AVAILABLE DATA
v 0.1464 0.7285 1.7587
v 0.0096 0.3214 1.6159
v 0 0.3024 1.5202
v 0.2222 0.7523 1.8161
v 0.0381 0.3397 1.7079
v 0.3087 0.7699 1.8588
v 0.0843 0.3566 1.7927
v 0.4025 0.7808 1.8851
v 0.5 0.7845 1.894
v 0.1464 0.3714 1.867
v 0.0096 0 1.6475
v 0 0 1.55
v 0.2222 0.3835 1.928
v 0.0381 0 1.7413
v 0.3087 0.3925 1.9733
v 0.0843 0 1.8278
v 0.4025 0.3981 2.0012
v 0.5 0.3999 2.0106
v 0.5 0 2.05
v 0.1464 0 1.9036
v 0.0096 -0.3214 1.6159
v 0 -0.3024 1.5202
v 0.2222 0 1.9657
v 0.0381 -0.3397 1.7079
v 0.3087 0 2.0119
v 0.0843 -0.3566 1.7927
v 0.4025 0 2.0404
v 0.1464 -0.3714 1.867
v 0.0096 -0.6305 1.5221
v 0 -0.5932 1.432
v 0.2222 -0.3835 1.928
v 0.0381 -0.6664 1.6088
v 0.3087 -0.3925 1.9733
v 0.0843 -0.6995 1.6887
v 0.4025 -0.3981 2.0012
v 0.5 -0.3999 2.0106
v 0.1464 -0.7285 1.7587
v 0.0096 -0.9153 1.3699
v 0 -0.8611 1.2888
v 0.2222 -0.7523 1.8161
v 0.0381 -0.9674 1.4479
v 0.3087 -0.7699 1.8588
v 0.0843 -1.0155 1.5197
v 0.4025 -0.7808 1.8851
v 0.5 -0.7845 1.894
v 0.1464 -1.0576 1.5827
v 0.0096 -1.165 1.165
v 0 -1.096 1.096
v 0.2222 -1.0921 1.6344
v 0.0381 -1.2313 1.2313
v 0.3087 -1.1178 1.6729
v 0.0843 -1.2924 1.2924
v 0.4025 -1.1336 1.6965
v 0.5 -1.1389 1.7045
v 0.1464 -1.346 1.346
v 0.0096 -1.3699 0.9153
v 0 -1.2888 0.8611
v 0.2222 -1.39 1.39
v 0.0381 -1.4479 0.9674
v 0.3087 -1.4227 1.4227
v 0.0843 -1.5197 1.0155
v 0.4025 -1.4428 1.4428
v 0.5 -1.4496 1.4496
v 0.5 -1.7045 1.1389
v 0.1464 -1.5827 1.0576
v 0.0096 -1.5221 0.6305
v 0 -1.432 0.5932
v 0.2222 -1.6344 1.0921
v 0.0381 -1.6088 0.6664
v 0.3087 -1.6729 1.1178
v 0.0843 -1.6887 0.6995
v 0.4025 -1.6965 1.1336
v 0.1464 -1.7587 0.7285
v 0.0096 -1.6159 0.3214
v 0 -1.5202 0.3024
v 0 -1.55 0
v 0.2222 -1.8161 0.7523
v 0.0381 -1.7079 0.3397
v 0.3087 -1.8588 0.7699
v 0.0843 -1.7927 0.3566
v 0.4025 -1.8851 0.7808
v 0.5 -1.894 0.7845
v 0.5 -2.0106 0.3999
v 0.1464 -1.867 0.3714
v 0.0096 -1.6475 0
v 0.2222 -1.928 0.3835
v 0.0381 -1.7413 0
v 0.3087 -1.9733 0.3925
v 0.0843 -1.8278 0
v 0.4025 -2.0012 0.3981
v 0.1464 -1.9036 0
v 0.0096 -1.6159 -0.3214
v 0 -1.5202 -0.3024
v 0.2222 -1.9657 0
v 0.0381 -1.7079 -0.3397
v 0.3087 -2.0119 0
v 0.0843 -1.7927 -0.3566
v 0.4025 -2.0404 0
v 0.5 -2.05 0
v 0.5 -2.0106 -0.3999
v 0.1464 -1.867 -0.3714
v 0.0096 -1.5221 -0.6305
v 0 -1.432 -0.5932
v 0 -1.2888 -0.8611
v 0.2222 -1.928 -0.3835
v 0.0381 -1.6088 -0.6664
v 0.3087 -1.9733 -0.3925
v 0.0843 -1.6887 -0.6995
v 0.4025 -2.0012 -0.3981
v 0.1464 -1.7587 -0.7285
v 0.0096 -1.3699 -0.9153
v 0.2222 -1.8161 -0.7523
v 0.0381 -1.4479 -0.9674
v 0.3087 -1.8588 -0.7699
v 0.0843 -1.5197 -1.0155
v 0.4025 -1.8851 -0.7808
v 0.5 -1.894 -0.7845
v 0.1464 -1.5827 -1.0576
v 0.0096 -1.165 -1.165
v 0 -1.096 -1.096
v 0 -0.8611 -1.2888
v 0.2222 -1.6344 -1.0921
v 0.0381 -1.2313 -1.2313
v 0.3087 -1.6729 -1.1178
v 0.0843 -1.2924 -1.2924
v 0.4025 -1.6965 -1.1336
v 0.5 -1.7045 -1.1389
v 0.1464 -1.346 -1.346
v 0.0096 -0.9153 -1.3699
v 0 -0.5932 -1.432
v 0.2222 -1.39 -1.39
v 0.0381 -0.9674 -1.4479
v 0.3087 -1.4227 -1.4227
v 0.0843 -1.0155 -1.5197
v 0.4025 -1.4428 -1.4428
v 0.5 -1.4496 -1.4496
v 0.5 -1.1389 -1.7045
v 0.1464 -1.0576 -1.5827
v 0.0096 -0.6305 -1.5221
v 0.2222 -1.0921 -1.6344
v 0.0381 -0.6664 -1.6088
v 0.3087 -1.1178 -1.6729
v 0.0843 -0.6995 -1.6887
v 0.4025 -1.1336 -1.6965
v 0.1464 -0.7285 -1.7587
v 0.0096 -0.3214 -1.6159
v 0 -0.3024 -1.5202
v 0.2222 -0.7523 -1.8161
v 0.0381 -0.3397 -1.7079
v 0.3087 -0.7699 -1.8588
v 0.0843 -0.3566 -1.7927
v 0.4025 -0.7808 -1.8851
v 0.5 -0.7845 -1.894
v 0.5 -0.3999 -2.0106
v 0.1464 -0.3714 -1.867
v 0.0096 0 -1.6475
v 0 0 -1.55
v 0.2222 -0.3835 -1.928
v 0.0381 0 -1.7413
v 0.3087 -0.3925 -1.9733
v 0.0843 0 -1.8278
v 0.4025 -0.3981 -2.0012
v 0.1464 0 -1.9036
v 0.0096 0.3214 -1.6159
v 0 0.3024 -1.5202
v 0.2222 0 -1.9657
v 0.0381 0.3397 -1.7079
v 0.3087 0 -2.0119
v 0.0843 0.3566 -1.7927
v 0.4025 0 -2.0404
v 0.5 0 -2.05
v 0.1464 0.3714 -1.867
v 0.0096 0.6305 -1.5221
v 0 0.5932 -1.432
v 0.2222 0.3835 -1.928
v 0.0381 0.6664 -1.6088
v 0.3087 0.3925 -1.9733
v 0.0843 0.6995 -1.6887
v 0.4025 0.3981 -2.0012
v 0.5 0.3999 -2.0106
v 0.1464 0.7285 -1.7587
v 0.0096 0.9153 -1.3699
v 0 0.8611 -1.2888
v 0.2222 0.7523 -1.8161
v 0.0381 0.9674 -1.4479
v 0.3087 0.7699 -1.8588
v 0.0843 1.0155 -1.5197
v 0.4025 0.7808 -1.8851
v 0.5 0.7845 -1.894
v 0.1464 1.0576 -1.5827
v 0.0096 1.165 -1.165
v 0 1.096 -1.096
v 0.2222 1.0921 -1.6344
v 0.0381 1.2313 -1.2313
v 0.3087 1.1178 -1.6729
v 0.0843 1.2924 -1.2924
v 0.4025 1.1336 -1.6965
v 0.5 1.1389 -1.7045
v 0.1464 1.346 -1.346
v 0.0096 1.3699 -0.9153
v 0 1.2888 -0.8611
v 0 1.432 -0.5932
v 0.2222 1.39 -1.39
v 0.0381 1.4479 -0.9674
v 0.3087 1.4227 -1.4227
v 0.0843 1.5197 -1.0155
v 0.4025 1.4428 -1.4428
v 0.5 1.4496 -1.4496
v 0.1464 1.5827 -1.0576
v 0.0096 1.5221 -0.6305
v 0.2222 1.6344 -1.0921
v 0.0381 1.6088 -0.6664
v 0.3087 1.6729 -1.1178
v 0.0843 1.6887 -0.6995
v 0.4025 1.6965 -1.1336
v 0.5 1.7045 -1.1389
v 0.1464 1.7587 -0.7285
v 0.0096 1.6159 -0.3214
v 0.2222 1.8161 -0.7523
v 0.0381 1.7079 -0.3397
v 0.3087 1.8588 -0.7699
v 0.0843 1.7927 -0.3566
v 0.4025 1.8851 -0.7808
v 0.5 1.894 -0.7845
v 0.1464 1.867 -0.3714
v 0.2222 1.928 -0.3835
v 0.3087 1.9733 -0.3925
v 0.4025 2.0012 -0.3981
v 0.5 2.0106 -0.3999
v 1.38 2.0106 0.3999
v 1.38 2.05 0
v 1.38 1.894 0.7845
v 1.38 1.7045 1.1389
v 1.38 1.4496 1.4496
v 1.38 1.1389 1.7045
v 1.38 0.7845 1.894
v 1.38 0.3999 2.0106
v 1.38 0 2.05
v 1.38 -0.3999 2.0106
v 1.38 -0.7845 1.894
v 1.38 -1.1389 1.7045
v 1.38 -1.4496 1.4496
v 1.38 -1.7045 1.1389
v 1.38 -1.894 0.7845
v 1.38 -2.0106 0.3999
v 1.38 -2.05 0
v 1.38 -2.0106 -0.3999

WHAT YOU WILL DO
Exact lines only, please: output the listing from the first line to the line with "v 0.0096 -1.3699 0.9153", both included.

SOLUTION FOR THIS PROBLEM
v 0.1464 0.7285 1.7587
v 0.0096 0.3214 1.6159
v 0 0.3024 1.5202
v 0.2222 0.7523 1.8161
v 0.0381 0.3397 1.7079
v 0.3087 0.7699 1.8588
v 0.0843 0.3566 1.7927
v 0.4025 0.7808 1.8851
v 0.5 0.7845 1.894
v 0.1464 0.3714 1.867
v 0.0096 0 1.6475
v 0 0 1.55
v 0.2222 0.3835 1.928
v 0.0381 0 1.7413
v 0.3087 0.3925 1.9733
v 0.0843 0 1.8278
v 0.4025 0.3981 2.0012
v 0.5 0.3999 2.0106
v 0.5 0 2.05
v 0.1464 0 1.9036
v 0.0096 -0.3214 1.6159
v 0 -0.3024 1.5202
v 0.2222 0 1.9657
v 0.0381 -0.3397 1.7079
v 0.3087 0 2.0119
v 0.0843 -0.3566 1.7927
v 0.4025 0 2.0404
v 0.1464 -0.3714 1.867
v 0.0096 -0.6305 1.5221
v 0 -0.5932 1.432
v 0.2222 -0.3835 1.928
v 0.0381 -0.6664 1.6088
v 0.3087 -0.3925 1.9733
v 0.0843 -0.6995 1.6887
v 0.4025 -0.3981 2.0012
v 0.5 -0.3999 2.0106
v 0.1464 -0.7285 1.7587
v 0.0096 -0.9153 1.3699
v 0 -0.8611 1.2888
v 0.2222 -0.7523 1.8161
v 0.0381 -0.9674 1.4479
v 0.3087 -0.7699 1.8588
v 0.0843 -1.0155 1.5197
v 0.4025 -0.7808 1.8851
v 0.5 -0.7845 1.894
v 0.1464 -1.0576 1.5827
v 0.0096 -1.165 1.165
v 0 -1.096 1.096
v 0.2222 -1.0921 1.6344
v 0.0381 -1.2313 1.2313
v 0.3087 -1.1178 1.6729
v 0.0843 -1.2924 1.2924
v 0.4025 -1.1336 1.6965
v 0.5 -1.1389 1.7045
v 0.1464 -1.346 1.346
v 0.0096 -1.3699 0.9153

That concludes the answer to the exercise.